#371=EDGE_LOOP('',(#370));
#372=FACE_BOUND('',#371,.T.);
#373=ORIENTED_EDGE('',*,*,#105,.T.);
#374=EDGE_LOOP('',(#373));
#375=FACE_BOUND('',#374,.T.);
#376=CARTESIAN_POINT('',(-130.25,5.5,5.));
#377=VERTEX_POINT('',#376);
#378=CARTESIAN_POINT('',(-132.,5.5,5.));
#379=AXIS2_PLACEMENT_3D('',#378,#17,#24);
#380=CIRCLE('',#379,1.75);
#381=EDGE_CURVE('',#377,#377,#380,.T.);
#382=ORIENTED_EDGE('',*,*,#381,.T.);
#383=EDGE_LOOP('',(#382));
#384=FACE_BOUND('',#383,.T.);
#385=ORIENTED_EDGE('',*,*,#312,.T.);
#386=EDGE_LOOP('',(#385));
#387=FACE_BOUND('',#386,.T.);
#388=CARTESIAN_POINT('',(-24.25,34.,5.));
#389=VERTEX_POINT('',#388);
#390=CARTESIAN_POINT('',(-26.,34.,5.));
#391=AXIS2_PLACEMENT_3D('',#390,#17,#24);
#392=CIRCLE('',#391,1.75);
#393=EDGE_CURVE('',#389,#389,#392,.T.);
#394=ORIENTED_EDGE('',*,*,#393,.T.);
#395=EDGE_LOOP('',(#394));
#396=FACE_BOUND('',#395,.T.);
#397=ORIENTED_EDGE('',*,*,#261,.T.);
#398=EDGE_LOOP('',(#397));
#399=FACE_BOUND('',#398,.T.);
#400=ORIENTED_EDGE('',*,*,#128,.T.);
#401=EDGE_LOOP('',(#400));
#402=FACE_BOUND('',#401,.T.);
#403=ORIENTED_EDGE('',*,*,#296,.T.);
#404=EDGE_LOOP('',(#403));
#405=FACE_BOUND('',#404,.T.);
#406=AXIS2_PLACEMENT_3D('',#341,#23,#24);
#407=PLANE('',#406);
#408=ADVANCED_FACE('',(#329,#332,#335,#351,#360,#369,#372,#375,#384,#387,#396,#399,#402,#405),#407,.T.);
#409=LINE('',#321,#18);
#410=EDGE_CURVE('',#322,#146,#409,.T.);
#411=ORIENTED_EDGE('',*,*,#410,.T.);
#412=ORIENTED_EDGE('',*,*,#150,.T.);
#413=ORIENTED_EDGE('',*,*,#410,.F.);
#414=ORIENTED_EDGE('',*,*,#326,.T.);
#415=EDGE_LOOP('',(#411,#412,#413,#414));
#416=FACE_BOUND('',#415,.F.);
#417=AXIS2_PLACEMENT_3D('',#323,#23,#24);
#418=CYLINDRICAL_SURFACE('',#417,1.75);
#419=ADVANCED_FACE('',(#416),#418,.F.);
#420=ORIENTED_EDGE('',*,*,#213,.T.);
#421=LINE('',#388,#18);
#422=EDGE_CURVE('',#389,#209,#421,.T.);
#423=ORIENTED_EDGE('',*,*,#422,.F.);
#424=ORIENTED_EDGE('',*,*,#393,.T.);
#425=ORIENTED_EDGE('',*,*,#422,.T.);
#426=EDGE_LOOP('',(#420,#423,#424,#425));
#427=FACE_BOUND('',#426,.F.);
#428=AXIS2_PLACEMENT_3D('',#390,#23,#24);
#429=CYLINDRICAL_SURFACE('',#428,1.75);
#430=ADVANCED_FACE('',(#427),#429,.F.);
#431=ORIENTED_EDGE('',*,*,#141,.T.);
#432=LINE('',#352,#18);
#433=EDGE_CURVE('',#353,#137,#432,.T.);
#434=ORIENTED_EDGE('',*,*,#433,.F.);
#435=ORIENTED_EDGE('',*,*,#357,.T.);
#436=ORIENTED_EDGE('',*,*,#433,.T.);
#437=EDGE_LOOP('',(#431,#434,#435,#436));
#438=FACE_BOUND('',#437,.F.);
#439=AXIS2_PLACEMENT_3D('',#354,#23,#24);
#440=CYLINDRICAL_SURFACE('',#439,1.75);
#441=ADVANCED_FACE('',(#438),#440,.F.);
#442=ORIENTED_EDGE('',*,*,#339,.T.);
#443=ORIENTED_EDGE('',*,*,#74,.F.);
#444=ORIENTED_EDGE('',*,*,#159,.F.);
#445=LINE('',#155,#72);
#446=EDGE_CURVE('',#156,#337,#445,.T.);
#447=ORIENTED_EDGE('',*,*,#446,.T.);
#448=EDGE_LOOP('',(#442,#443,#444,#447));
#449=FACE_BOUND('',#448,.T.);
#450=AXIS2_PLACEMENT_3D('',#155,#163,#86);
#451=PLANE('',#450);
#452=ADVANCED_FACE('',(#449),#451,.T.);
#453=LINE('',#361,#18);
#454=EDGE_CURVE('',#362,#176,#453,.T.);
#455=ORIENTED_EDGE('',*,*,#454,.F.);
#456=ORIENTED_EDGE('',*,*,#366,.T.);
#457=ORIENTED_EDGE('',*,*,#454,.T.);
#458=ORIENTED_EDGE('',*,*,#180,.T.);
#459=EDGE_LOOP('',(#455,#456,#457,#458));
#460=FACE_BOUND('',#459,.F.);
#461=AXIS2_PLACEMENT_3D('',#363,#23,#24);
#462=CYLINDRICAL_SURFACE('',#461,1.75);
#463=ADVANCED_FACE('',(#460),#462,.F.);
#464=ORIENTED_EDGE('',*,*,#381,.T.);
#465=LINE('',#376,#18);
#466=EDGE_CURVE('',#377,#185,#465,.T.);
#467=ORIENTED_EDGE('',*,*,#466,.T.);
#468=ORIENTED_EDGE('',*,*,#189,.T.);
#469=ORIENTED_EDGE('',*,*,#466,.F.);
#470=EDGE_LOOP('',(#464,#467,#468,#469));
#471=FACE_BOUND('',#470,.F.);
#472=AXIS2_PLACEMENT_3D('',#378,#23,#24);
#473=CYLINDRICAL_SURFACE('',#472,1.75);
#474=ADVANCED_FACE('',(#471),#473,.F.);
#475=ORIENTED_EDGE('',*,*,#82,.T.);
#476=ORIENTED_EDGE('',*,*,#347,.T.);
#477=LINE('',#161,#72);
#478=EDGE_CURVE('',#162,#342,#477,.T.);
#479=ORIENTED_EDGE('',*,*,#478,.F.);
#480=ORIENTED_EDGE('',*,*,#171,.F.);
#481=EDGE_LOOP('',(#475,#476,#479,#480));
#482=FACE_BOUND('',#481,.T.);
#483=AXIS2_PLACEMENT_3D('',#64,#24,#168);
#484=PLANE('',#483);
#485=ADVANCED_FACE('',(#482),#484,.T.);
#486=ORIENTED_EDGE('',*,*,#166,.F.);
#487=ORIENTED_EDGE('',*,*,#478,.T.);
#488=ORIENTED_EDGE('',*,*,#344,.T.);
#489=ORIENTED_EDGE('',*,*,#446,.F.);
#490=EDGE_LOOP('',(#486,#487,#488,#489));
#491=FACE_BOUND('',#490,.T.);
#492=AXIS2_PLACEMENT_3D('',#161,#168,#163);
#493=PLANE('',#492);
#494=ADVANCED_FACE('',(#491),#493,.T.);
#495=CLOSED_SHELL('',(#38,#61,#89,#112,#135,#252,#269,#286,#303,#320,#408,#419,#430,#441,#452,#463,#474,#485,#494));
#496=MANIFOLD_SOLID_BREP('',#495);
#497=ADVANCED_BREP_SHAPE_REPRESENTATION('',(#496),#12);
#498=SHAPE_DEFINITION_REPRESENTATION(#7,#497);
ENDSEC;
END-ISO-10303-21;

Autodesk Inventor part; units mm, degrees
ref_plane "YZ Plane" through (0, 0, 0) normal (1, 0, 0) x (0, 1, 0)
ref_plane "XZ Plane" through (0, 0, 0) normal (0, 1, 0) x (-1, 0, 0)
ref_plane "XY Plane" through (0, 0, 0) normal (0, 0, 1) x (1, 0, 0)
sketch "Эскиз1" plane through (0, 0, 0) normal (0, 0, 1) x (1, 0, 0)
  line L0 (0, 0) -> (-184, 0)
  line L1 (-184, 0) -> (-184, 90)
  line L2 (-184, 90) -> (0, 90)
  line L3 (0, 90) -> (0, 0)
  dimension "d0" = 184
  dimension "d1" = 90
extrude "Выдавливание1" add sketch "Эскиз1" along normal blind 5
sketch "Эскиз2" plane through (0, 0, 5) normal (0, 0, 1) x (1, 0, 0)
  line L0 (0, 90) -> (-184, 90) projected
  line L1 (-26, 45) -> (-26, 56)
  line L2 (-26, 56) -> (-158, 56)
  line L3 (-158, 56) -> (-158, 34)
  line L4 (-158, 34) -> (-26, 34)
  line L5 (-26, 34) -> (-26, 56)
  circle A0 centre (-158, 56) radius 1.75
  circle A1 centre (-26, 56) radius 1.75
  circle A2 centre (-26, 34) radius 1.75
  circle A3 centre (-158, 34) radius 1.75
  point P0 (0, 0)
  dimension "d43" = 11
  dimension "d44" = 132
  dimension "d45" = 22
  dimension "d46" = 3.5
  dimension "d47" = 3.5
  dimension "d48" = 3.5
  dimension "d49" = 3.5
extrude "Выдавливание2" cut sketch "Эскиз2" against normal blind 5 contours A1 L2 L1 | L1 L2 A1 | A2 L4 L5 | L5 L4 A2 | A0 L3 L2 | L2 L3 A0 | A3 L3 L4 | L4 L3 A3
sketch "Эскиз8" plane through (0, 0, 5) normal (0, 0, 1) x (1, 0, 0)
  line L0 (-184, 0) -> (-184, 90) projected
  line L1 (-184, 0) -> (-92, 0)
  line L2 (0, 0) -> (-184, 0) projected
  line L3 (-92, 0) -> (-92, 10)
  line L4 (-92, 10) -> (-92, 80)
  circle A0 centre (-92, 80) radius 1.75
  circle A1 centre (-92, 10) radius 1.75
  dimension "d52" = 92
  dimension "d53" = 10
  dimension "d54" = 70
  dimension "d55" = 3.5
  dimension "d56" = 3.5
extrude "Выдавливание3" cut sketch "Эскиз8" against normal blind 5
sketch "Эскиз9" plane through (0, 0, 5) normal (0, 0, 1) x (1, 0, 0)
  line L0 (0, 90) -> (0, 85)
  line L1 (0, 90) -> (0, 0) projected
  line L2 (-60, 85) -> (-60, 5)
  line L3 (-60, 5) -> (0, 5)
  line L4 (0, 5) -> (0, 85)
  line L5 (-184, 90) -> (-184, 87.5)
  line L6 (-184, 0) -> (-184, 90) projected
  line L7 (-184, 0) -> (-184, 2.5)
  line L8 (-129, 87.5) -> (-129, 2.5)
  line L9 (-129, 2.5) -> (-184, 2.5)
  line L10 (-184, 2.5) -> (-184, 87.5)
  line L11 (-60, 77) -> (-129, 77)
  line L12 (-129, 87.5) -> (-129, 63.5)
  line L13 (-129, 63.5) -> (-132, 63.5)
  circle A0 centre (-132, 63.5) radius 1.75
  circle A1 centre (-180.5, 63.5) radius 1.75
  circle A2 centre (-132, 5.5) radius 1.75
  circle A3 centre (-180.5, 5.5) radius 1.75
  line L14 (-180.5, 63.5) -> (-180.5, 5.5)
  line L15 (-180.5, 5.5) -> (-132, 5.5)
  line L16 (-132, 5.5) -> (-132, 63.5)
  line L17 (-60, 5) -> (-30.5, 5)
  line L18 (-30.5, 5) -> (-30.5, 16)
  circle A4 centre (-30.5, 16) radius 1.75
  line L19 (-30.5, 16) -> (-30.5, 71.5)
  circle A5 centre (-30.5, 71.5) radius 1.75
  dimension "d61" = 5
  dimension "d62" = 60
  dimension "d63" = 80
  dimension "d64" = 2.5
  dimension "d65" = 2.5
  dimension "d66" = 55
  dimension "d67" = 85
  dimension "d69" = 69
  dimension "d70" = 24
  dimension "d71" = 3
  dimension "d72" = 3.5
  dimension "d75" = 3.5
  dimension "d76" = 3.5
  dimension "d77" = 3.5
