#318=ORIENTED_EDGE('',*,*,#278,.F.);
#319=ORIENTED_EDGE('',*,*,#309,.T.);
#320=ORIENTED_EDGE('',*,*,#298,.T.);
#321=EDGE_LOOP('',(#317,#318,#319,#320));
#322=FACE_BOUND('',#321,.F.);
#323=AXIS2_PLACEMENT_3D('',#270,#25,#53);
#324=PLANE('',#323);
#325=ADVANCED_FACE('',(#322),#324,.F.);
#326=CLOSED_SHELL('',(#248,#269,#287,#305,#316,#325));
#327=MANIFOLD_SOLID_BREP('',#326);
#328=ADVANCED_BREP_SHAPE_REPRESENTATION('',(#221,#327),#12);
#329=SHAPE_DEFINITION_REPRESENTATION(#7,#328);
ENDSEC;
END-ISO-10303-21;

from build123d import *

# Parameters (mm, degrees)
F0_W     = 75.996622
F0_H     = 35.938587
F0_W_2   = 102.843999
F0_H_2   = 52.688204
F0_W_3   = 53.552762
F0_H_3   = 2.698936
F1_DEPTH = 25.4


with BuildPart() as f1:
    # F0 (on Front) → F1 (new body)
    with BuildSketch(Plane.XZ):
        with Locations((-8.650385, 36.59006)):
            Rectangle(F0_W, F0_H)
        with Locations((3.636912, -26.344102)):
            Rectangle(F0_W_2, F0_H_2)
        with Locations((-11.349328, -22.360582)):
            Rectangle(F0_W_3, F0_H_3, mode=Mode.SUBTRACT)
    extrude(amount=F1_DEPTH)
:::
What is being asked:
The answer should hold only the lines from the start of the records above through the line containing "#379=AXIS2_PLACEMENT_3D('',#378,#17,#24);", each set down exactly.

Expected answer:
#371=EDGE_LOOP('',(#370));
#372=FACE_BOUND('',#371,.T.);
#373=ORIENTED_EDGE('',*,*,#105,.T.);
#374=EDGE_LOOP('',(#373));
#375=FACE_BOUND('',#374,.T.);
#376=CARTESIAN_POINT('',(-130.25,5.5,5.));
#377=VERTEX_POINT('',#376);
#378=CARTESIAN_POINT('',(-132.,5.5,5.));
#379=AXIS2_PLACEMENT_3D('',#378,#17,#24);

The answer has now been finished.